(Dataset excerpts)
------------------------------------------------------------------------
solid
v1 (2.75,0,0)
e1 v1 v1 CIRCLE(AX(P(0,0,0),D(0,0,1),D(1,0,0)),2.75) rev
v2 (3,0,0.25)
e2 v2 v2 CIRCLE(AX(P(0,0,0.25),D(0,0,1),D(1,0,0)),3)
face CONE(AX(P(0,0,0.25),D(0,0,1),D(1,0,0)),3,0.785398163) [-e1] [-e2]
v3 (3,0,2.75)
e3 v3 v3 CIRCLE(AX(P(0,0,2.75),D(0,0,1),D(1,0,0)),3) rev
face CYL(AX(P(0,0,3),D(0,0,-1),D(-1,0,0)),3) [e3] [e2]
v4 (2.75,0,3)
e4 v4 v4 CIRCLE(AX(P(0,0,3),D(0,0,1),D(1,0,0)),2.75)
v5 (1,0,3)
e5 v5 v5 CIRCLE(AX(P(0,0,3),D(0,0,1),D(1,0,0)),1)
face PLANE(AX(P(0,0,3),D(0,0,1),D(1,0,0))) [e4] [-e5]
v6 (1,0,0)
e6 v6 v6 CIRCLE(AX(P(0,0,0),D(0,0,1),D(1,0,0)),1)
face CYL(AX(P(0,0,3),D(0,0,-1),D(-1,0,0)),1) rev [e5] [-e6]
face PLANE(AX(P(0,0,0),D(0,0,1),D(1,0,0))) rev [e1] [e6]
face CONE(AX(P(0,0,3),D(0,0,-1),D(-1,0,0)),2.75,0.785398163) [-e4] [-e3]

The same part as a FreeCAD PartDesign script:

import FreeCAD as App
import Part
import Sketcher

V = App.Vector
Q = App.Units.Quantity


def edges_at(feature, points):
    """Names of the edges that pass closest to the given points."""
    edges = feature.Shape.Edges
    near = lambda p: min(range(len(edges)), key=lambda i: edges[i].distToShape(Part.Vertex(*p))[0])
    return sorted({f"Edge{near(p) + 1}" for p in points})

doc = App.newDocument("Part")
body = doc.addObject("PartDesign::Body", "Body")

sketch1 = body.newObject("Sketcher::SketchObject", "Sketch")
sketch1.AttachmentSupport = (doc.getObject("XY_Plane"), [""])
sketch1.MapMode = "FlatFace"
sketch1.addGeometry(Part.Circle(V(0, 0, 0), V(0, 0, 1), 3), False)
sketch1.addGeometry(Part.Circle(V(0, 0, 0), V(0, 0, 1), 1), False)
sketch1.addConstraint(Sketcher.Constraint("Coincident", 0, 3, -1, 1))
sketch1.addConstraint(Sketcher.Constraint("Coincident", 1, 3, -1, 1))
sketch1.addConstraint(Sketcher.Constraint("Diameter", 0, Q("6 mm")))
sketch1.addConstraint(Sketcher.Constraint("Diameter", 1, Q("2 mm")))
pad1 = body.newObject("PartDesign::Pad", "Pad")
pad1.Profile = sketch1
pad1.Length = 3
doc.recompute()

chamfer = body.newObject("PartDesign::Chamfer", "Chamfer")
chamfer.Base = (pad1, edges_at(pad1, [(-3, 0, 0), (-3, 0, 3)]))
chamfer.Size = 0.25

doc.recompute()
------------------------------------------------------------------------
◆ **EXERCISE INSTRUCTIONS**
What you give back should be only the lines of the records above, starting at the line with "v3 (3,0,2.75)" and ending at the line with "The same part", restated word for word.

◆ **RESPONSE**
v3 (3,0,2.75)
e3 v3 v3 CIRCLE(AX(P(0,0,2.75),D(0,0,1),D(1,0,0)),3) rev
face CYL(AX(P(0,0,3),D(0,0,-1),D(-1,0,0)),3) [e3] [e2]
v4 (2.75,0,3)
e4 v4 v4 CIRCLE(AX(P(0,0,3),D(0,0,1),D(1,0,0)),2.75)
v5 (1,0,3)
e5 v5 v5 CIRCLE(AX(P(0,0,3),D(0,0,1),D(1,0,0)),1)
face PLANE(AX(P(0,0,3),D(0,0,1),D(1,0,0))) [e4] [-e5]
v6 (1,0,0)
e6 v6 v6 CIRCLE(AX(P(0,0,0),D(0,0,1),D(1,0,0)),1)
face CYL(AX(P(0,0,3),D(0,0,-1),D(-1,0,0)),1) rev [e5] [-e6]
face PLANE(AX(P(0,0,0),D(0,0,1),D(1,0,0))) rev [e1] [e6]
face CONE(AX(P(0,0,3),D(0,0,-1),D(-1,0,0)),2.75,0.785398163) [-e4] [-e3]

The same part as a FreeCAD PartDesign script:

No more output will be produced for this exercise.